Species Abbreviation
campylobacter jejuni c. jejuni
campylobacter jejuni c.jejuni
campylobacter jejuni c jejuni
campylobacter jejuni cjejuni
campylobacter coli c. coli
campylobacter coli c.coli
campylobacter coli c coli
campylobacter coli ccoli
escherichia coli e. coli
escherichia coli e.coli
escherichia coli e coli
escherichia coli ecoli
salmonella enterica s. enterica
salmonella enterica s.enterica
salmonella enterica s enterica
salmonella enterica senterica

Web-server

A webserver implementing the methods is available at the CGE website and can be found here: https://cge.food.dtu.dk/services/ResFinder/

ResFinder result files

ResFinder outputs several files. A brief description of these is given below.

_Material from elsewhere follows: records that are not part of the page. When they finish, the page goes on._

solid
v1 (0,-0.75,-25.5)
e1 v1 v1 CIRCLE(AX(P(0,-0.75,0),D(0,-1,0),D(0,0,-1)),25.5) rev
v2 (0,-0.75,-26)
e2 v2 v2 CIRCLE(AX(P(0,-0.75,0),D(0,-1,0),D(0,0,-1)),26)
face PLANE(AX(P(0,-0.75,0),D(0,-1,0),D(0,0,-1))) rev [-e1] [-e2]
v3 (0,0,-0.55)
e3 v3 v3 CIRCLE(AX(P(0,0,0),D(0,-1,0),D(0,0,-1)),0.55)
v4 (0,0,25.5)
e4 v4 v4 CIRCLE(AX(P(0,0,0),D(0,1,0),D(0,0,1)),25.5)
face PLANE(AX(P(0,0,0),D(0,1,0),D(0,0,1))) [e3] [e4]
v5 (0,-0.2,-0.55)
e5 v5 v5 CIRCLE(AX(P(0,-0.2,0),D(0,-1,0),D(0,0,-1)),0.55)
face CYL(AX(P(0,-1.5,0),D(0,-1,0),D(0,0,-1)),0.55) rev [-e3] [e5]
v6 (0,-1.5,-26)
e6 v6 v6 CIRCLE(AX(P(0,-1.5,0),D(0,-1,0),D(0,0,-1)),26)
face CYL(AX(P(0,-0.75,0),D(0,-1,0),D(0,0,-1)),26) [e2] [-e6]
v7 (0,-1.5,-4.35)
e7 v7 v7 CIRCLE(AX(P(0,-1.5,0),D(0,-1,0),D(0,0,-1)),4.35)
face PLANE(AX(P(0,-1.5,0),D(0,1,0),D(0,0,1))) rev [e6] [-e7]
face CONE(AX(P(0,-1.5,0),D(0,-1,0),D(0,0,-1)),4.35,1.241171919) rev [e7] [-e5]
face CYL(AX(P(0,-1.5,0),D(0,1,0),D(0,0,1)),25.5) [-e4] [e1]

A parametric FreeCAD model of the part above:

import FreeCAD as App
import Part
import Sketcher

doc = App.newDocument("Part")
body = doc.addObject("PartDesign::Body", "Body")

# Sketch on XZ plane
sketch1 = doc.addObject("Sketcher::SketchObject", "Sketch")
body.addObject(sketch1)
sketch1.AttachmentSupport = (doc.XZ_Plane, [""])
sketch1.MapMode = "FlatFace"
sketch1.addGeometry(Part.Circle(App.Vector(0, 0, 0), App.Vector(0, 0, 1), 26), False)
sketch1.addConstraint([
    Sketcher.Constraint("Coincident", 0, 3, -1, 1),
    Sketcher.Constraint("Diameter", 0, 51.0),
])
pad1 = doc.addObject("PartDesign::Pad", "Pad")
body.addObject(pad1)
pad1.Profile = sketch1
pad1.Length = 1.5

# Sketch on XZ plane
sketch2 = doc.addObject("Sketcher::SketchObject", "Sketch001")
body.addObject(sketch2)
sketch2.AttachmentSupport = (doc.XZ_Plane, [""])
sketch2.MapMode = "FlatFace"
sketch2.AttachmentOffset = App.Placement(App.Vector(0, 0, 1.5), App.Rotation())
sketch2.addGeometry(Part.Circle(App.Vector(0, 0, 0), App.Vector(0, 0, 1), 26), False)
sketch2.addConstraint([
    Sketcher.Constraint("Coincident", 0, 3, -1, 1),
    Sketcher.Constraint("Diameter", 0, 52.0),
])
pad2 = doc.addObject("PartDesign::Pad", "Pad001")
body.addObject(pad2)
pad2.Profile = sketch2
pad2.Length = 0.75
pad2.Reversed = True

# Sketch on XZ plane
sketch3 = doc.addObject("Sketcher::SketchObject", "Sketch002")
body.addObject(sketch3)
sketch3.AttachmentSupport = (doc.XZ_Plane, [""])
sketch3.MapMode = "FlatFace"
sketch3.AttachmentOffset = App.Placement(App.Vector(0, 0, 0.75), App.Rotation())
sketch3.addGeometry(Part.Circle(App.Vector(0, 0, 0), App.Vector(0, 0, 1), 0.6), False)
sketch3.addConstraint([
    Sketcher.Constraint("Coincident", 0, 3, -1, 1),
    Sketcher.Constraint("Diameter", 0, 1.2),
])
pocket1 = doc.addObject("PartDesign::Pocket", "Pocket")
body.addObject(pocket1)
pocket1.Profile = sketch3
pocket1.Type = "ThroughAll"
pocket1.Reversed = True

# Sketch on XY plane
sketch4 = doc.addObject("Sketcher::SketchObject", "Sketch003")
body.addObject(sketch4)
sketch4.AttachmentSupport = (doc.XY_Plane, [""])
sketch4.MapMode = "FlatFace"
sketch4.addGeometry([
    Part.LineSegment(App.Vector(-4.35, -1.5, 0), App.Vector(0, -1.5, 0)),  # 0
    Part.LineSegment(App.Vector(0, -1.5, 0), App.Vector(0, 0, 0)),  # 1
    Part.LineSegment(App.Vector(0, 0, 0), App.Vector(-0.55, 0, 0)),  # 2
    Part.LineSegment(App.Vector(-0.55, 0, 0), App.Vector(-0.55, -0.2, 0)),  # 3
    Part.LineSegment(App.Vector(-0.55, -0.2, 0), App.Vector(-4.35, -1.5, 0)),  # 4
], False)
sketch4.addConstraint([
    Sketcher.Constraint("Coincident", 0, 2, 1, 1),
    Sketcher.Constraint("Coincident", 1, 2, 2, 1),
    Sketcher.Constraint("Coincident", 2, 2, 3, 1),
    Sketcher.Constraint("Coincident", 3, 2, 4, 1),
    Sketcher.Constraint("Coincident", 4, 2, 0, 1),
    Sketcher.Constraint("Horizontal", 0),
    Sketcher.Constraint("Vertical", 1),
    Sketcher.Constraint("Horizontal", 2),
    Sketcher.Constraint("Vertical", 3),
    Sketcher.Constraint("Coincident", 1, 2, -1, 1),
    Sketcher.Constraint("DistanceY", 1, 1, 1, 2, 1.5),
    Sketcher.Constraint("DistanceY", 3, 2, 3, 1, 0.2),
    Sketcher.Constraint("DistanceX", 0, 1, 0, 2, 4.35),
    Sketcher.Constraint("DistanceX", 2, 2, 2, 1, 0.55),
])
groove = doc.addObject("PartDesign::Groove", "Groove")
body.addObject(groove)
groove.Profile = sketch4
groove.ReferenceAxis = (sketch4, ["V_Axis"])
groove.Angle = 360

doc.recompute()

  • pheno_table_species.txt: table with species specific AMR phenotypes.
  • pheno_table.txt: table with all AMR phenotypes.
  • PointFinder_prediction.txt: tab seperated table. 1 is given to a predicted resistance against an antibiotic class, 0 is given to not resistance detected.
  • PointFinder_results.txt: tab seperated table with predicted point mutations leading to antibiotic resistance.
  • PointFinder_table.txt: predicted point mutations grouped into genes to which they belong.
  • ResFinder_Hit_in_genome_seq.fsa: fasta sequence of resistance gene hits found in the input data (query).
  • ResFinder_Resistance_gene_seq.fsa: fasta sequence of resistance gene hits found in the database (reference).
  • ResFinder_results_table.txt: predicted resistance genes grouped by antibiotic class.
  • ResFinder_results_tab.txt: tab seperated table with predicted resistance genes.
  • ResFinder_results.txt: predicted resistance genes grouped by antibiotic class and hit alignments to reference resistance genes.
  • <input_filename>.json: Output written to a CGE standardized json file. All results can be derived from this file. The format is defined here: https://bitbucket.org/genomicepidemiology/cgelib/src/master/src/cgelib/output/templates_json/beone/

Citation

When using the method please cite:

ResFinder 4.0 for predictions of phenotypes from genotypes.
Bortolaia V, Kaas RS, Ruppe E, Roberts MC, Schwarz S, Cattoir V, Philippon A, Allesoe RL, Rebelo AR, Florensa AR, Fagelhauer L, Chakraborty T, Neumann B, Werner G, Bender JK, Stingl K, Nguyen M, Coppens J, Xavier BB, Malhotra-Kumar S, Westh H, Pinholt M, Anjum MF, Duggett NA, Kempf I, Nykasenoja S, Olkkola S, Wieczorek K, Amaro A, Clemente L, Mossong J, Losch S, Ragimbeau C, Lund O, Aarestrup FM. Journal of Antimicrobial Chemotherapy. 2020 Aug 11.
PMID: 32780112 doi: 10.1093/jac/dkaa345
[Epub ahead of print]

References

  1. Camacho C, Coulouris G, Avagyan V, Ma N, Papadopoulos J, Bealer K, Madden TL. BLAST+: architecture and applications. BMC Bioinformatics 2009; 10:421.
  2. Clausen PTLC, Aarestrup FM, Lund O. Rapid and precise alignment of raw reads against redundant databases with KMA. BMC Bioinformatics 2018; 19:307.

License

Licensed under the Apache License, Version 2.0 (the "License"); you may not use this file except in compliance with the License. You may obtain a copy of the License at

http://www.apache.org/licenses/LICENSE-2.0

Unless required by applicable law or agreed to in writing, software distributed under the License is distributed on an "AS IS" BASIS, WITHOUT WARRANTIES OR CONDITIONS OF ANY KIND, either express or implied. See the License for the specific language governing permissions and limitations under the License.